The eluent from the chromatography column is introduced directly and automatically into the electrospray source of the mass spectrometer. The instrument was operated in negative ESI mode. The ion spray voltage was set at-3.2 kV, the source temperature was 300 deg.C, the capillary temperature was 300 deg.C, the sheath gas was 70 units, the auxiliary gas was 20 units, and the S-lens RF was 40. The total run time was 6.8 minutes.

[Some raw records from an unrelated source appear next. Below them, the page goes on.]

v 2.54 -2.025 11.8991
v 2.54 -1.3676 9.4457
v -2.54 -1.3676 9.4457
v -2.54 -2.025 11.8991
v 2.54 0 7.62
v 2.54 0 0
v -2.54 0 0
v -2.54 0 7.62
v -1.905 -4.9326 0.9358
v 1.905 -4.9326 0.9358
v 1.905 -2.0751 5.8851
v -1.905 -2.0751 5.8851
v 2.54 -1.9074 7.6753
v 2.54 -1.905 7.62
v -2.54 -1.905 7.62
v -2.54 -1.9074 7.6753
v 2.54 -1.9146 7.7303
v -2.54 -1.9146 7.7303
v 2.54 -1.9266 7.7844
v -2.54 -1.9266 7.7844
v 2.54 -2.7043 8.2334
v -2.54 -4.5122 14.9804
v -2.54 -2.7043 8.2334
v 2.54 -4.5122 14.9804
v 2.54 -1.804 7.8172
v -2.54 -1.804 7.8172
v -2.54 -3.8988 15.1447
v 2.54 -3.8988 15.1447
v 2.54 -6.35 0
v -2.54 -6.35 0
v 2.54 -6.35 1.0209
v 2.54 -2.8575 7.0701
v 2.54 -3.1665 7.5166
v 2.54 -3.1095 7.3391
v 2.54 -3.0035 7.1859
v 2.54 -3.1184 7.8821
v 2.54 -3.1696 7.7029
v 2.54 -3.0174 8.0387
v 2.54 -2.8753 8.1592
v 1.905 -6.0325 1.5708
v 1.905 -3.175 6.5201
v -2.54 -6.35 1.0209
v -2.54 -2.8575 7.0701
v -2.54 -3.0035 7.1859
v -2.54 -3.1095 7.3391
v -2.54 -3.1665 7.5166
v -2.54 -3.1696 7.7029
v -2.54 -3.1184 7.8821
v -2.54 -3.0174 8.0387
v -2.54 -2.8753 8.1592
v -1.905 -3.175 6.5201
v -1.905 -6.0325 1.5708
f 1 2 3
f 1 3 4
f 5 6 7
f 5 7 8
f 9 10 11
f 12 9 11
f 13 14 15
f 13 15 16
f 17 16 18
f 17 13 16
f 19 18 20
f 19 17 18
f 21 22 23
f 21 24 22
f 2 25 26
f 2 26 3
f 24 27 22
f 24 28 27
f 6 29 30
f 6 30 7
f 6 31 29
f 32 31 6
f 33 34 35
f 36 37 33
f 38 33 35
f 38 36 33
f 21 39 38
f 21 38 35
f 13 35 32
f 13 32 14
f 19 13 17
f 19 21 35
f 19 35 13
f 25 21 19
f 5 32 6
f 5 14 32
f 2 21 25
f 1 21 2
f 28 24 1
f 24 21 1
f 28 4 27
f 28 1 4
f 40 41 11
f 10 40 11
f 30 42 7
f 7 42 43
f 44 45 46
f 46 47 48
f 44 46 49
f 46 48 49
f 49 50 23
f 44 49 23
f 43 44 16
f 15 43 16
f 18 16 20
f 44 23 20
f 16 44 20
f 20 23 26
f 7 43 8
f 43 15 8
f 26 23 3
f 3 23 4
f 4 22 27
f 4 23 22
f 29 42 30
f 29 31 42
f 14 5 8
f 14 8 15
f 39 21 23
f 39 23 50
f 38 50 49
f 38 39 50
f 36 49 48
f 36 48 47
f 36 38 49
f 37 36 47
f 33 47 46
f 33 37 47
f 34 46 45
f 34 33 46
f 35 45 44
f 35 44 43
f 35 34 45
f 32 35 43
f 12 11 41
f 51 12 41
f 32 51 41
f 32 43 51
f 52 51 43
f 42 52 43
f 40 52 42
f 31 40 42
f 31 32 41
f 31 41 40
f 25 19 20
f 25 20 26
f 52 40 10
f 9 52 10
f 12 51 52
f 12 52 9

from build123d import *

# Parameters (mm, degrees)
F1_DEPTH = 2.54
F3_DEPTH = 2.54
F5_DEPTH = 1.905


with BuildPart() as f1:
    # F0 (on Right) → F1 (new body, symmetric)
    with BuildSketch(Plane.YZ):
        Polygon((-6.35, 1.020886), (-6.35, 0), (0, 0), (0, 7.62), (-2.54, 7.62), align=None)
    extrude(amount=F1_DEPTH, both=True)

    # F2 (on Right) → F3 (join, symmetric)
    with BuildSketch(Plane.YZ):
        with BuildLine():
            Line((-4.512201, 14.980355), (-2.70435, 8.233363))
            ThreePointArc((-2.70435, 8.233363), (-2.8575, 7.070074), (-1.926637, 7.78435))
            Line((-1.926637, 7.78435), (-1.803965, 7.81722))
            Line((-1.803965, 7.81722), (-1.367615, 9.445697))
            Line((-1.367615, 9.445697), (-2.025016, 11.899149))
            Line((-2.025016, 11.899149), (-3.898838, 15.144705))
            Line((-3.898838, 15.144705), (-4.512201, 14.980355))
        make_face()
    extrude(amount=F3_DEPTH, both=True)

    # F4 (on Right) → F5 (cut, symmetric)
    with BuildSketch(Plane.YZ):
        Polygon((-3.734312, 6.843067), (-6.591812, 1.893732), (-4.932648, 0.935813), (-2.075148, 5.885148), align=None)
    extrude(amount=F5_DEPTH, both=True, mode=Mode.SUBTRACT)


solid = f1.part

In this example, LC/MS method 2 was developed to determine the presence, absence or amount of one or more or a number of analytes selected from the group consisting of: n2-acetyl, N6, N6-dimethyllysine, N-butyryl-leucine, N-butyryl-phenylalanine, N-succinyl-leucine, N-succinyl-phenylalanine, (2-butoxyethoxy) acetic acid, 2-methoxyhydroquinone glucuronide (2), 3, 5-dichloro-2, 6-dihydroxybenzoic acid, 3-hydroxy-2-methylpyridine sulfate, 3-hydroxy-4-methylpyridine sulfate, 3-hydroxyheptadecaylglycine, 3-hydroxypyridine glucuronide, 4-allylcatechol sulfate, 4-ethylcatechol sulfate, 4-vinylguaiacol glucuronide, 5-hydroxy-2-methylpyridine sulfate, N-butyryl-leucine, N-succinyl-phenylalanine, N-succinyl-2-methoxyhydroquinone glucuronide (2), 3, 5-dichloro-2, 6-dihydroxybenzoic acid, 3-hydroxy-2-methylpyridine sulfate, 3-hydroxypicolinic acid, 4-allylcatechol sulfate, 4-vinylguaiacol glucuronide, 5-hydroxy-2-methylpyridine sulfate, N-hydroxy-2-methyl-glucuronide, N-sulfate, N-hydroxyguaiacol, N-hydroxyeicosanoid, N, 5-hydroxyindole glucuronide, ascorbic acid 3-sulfate, azelaine taurine, dehydroandrosterone glucuronide, deoxycholic acid glucuronide, dibutyl sulfosuccinate, caproyl taurine, acetyl propionyl carnitine, maltol sulfate, methyl vanillic acid ester sulfate, o-tyramine, phenylacetyl-beta-alanine, phenylacetyl taurine, phenylacetyl valine, thymidine sulfate (2), 5-androstene-3 b,16a,17b-triol sulfate (1), 5-androstene-triol disulfide, 5-androstene-3 b,16b,17a-triol sulfate (1), 3-hydroxyadipyl carnitine, 3-methylbutanol glucuronide, 4-allyl catechol glucuronide, butyryltaurine, Isobutyryltaurine, N-acetylserine-valine-arginine, and combinations thereof. Analytes in control samples were measured using LC/MS method 2. The identification of all analytes measured using LC/MS method 2 was confirmed by matching the Retention Index (RI), mass and MS/MS fragment pattern data of the analytes with Retention Index (RI), mass and MS/MS fragment pattern data obtained using the corresponding authentic chemical standards.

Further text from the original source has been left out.